Lines before the one containing "#206=SHAPE_DEFINITION_REPRESENTATION(#7,#205);" are left out; copy that line and every later line through the end of the data exactly.

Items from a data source
════════════════

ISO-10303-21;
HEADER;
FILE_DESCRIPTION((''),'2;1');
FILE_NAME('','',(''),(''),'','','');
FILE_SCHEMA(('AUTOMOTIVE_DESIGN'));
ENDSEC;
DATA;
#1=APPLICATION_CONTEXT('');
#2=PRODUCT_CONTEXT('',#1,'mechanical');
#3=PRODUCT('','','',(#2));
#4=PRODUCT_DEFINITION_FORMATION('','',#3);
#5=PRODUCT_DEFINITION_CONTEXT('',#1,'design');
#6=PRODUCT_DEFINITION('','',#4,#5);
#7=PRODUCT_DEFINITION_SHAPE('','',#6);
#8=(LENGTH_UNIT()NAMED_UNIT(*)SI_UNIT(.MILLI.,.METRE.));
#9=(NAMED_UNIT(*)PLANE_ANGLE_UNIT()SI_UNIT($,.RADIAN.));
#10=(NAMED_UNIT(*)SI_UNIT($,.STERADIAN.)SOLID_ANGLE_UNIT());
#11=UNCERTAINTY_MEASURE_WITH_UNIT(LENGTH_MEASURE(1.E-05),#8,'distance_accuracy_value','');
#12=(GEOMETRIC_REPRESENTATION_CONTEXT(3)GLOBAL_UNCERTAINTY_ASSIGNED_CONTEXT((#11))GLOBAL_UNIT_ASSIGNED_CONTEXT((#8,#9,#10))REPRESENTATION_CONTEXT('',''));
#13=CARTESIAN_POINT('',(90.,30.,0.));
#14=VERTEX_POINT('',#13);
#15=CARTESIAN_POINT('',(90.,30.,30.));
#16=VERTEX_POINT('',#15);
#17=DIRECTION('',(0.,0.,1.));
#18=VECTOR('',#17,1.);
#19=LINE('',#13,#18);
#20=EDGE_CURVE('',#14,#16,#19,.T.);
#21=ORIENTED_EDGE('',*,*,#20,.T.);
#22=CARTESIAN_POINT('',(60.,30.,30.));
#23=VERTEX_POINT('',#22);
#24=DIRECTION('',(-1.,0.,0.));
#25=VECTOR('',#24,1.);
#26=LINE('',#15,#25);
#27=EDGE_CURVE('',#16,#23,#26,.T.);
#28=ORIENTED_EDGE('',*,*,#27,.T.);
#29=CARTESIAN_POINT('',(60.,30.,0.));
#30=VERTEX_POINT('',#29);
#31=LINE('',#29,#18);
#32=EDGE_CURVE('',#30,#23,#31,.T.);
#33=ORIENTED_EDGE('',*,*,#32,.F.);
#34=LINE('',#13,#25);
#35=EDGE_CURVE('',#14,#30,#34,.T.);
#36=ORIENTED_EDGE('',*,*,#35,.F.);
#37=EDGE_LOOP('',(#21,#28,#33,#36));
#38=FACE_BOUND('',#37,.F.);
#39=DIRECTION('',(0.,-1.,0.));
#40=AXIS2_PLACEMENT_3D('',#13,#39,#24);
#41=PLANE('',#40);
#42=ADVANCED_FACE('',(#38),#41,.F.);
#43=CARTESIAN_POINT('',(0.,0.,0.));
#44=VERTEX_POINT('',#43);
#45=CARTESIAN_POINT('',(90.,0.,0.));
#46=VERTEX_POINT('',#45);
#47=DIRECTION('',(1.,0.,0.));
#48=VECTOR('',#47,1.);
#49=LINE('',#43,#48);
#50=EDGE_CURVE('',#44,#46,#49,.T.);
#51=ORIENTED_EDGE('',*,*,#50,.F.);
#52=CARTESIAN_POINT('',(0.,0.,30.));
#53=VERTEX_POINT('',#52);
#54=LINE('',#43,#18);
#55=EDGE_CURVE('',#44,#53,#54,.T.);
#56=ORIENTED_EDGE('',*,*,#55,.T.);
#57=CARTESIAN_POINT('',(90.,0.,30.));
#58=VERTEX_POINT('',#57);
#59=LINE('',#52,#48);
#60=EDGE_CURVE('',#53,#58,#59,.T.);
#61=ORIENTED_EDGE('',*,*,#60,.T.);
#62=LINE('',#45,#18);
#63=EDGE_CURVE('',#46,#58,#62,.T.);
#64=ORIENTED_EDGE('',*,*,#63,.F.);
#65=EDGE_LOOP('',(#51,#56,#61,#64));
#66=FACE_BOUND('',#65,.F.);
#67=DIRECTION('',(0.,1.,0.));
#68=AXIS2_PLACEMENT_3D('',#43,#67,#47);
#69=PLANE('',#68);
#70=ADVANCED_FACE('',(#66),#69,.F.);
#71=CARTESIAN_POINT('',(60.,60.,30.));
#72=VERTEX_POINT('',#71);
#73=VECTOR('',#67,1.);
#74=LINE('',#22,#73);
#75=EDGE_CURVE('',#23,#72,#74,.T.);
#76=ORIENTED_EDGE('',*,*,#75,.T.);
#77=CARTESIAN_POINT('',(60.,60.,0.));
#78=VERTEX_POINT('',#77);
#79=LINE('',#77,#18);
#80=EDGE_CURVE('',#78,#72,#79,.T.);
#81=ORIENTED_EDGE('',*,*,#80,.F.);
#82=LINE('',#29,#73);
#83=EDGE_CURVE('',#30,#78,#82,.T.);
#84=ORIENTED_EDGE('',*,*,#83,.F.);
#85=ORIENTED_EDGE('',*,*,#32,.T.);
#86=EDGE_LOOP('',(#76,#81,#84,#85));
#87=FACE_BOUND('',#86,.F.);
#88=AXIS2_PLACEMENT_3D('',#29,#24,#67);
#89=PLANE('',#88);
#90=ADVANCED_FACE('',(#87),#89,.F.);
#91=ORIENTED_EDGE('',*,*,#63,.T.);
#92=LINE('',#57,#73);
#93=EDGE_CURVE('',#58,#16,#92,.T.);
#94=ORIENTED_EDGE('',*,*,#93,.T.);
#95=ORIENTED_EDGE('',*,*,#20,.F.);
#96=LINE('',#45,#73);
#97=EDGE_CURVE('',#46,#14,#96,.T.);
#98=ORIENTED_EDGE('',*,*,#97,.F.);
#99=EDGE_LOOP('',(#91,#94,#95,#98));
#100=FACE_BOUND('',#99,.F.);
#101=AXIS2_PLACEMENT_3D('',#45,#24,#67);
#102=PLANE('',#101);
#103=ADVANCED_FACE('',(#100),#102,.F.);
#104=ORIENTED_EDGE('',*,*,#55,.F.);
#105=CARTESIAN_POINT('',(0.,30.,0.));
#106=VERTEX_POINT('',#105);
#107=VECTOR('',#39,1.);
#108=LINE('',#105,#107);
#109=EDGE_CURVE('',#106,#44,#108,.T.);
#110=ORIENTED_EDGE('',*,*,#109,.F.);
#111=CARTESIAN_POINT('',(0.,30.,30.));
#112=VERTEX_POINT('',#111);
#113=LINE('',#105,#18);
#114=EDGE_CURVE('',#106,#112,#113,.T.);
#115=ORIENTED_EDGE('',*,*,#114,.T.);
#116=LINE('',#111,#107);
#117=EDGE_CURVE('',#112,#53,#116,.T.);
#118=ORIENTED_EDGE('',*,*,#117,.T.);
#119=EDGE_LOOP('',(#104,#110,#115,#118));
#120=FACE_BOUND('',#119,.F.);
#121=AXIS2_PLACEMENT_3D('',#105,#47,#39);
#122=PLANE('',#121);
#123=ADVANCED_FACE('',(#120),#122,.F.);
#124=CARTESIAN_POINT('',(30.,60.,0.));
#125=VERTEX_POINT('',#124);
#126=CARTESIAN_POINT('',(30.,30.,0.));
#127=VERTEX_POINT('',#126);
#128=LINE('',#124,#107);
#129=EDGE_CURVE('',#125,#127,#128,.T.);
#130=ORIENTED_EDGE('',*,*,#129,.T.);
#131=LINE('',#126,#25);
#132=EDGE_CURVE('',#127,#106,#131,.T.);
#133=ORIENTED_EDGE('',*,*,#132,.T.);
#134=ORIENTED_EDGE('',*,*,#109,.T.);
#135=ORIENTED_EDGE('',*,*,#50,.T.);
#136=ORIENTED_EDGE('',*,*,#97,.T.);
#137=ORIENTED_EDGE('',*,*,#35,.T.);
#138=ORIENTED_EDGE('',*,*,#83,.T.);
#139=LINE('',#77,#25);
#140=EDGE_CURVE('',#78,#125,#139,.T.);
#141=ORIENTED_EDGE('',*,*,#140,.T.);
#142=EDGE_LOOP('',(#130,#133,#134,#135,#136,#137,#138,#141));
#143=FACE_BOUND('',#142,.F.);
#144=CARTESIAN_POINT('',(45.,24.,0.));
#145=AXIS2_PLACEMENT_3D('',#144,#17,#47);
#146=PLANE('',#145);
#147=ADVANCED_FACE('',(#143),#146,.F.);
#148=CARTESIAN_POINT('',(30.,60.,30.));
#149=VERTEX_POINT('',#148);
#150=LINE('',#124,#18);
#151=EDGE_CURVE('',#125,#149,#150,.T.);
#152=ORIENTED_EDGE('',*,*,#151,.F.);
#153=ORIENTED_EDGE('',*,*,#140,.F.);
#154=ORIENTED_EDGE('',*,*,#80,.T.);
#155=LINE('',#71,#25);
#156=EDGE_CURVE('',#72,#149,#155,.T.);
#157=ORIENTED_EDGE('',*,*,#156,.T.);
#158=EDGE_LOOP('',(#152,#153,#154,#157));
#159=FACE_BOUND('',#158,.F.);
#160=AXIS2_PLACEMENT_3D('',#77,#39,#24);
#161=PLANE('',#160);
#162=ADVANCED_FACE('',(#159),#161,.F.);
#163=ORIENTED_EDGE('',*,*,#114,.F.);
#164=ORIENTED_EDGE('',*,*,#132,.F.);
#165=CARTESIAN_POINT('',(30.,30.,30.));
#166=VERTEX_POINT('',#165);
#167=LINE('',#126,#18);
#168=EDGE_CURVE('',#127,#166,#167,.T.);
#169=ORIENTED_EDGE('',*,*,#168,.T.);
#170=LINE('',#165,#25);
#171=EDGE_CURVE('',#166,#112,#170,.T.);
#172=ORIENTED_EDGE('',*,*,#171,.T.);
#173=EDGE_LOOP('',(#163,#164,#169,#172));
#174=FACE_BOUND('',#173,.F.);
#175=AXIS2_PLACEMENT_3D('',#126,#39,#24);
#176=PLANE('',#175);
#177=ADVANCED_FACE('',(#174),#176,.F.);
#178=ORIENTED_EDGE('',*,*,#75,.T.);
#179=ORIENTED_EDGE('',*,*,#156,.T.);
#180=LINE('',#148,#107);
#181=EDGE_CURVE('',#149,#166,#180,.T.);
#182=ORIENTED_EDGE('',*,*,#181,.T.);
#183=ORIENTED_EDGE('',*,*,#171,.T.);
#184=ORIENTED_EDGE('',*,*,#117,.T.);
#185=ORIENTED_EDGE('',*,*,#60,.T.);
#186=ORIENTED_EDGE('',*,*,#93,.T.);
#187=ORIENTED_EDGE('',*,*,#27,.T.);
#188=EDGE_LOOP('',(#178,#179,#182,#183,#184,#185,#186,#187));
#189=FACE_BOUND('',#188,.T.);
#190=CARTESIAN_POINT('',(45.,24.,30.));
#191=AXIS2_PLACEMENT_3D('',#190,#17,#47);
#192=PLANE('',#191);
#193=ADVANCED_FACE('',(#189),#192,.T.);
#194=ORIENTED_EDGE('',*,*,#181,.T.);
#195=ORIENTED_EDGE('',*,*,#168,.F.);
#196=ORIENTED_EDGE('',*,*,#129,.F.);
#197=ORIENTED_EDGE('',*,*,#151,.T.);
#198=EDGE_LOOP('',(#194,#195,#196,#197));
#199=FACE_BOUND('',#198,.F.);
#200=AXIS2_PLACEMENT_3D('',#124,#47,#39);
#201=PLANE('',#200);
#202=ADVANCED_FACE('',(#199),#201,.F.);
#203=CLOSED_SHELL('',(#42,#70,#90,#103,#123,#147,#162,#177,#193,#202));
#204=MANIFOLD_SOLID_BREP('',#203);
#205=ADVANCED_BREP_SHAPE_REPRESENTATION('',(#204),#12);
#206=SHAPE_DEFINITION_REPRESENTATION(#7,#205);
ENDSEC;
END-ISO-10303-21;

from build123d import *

# Parameters (mm, degrees)
BOSS_EXTRU_1_DEPTH = 30


with BuildPart() as part:
    # Esquisse2 → Boss.-Extru.1 (new body)
    with BuildSketch(Plane.XY):
        Polygon((0, 0), (90, 0), (90, 30), (60, 30), (60, 60), (30, 60), (30, 30), (0, 30), align=None)
    extrude(amount=BOSS_EXTRU_1_DEPTH)


solid = part.part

════════════════

■ **Result below**:
#206=SHAPE_DEFINITION_REPRESENTATION(#7,#205);
ENDSEC;
END-ISO-10303-21;

from build123d import *

# Parameters (mm, degrees)
BOSS_EXTRU_1_DEPTH = 30


with BuildPart() as part:
    # Esquisse2 → Boss.-Extru.1 (new body)
    with BuildSketch(Plane.XY):
        Polygon((0, 0), (90, 0), (90, 30), (60, 30), (60, 60), (30, 60), (30, 30), (0, 30), align=None)
    extrude(amount=BOSS_EXTRU_1_DEPTH)


solid = part.part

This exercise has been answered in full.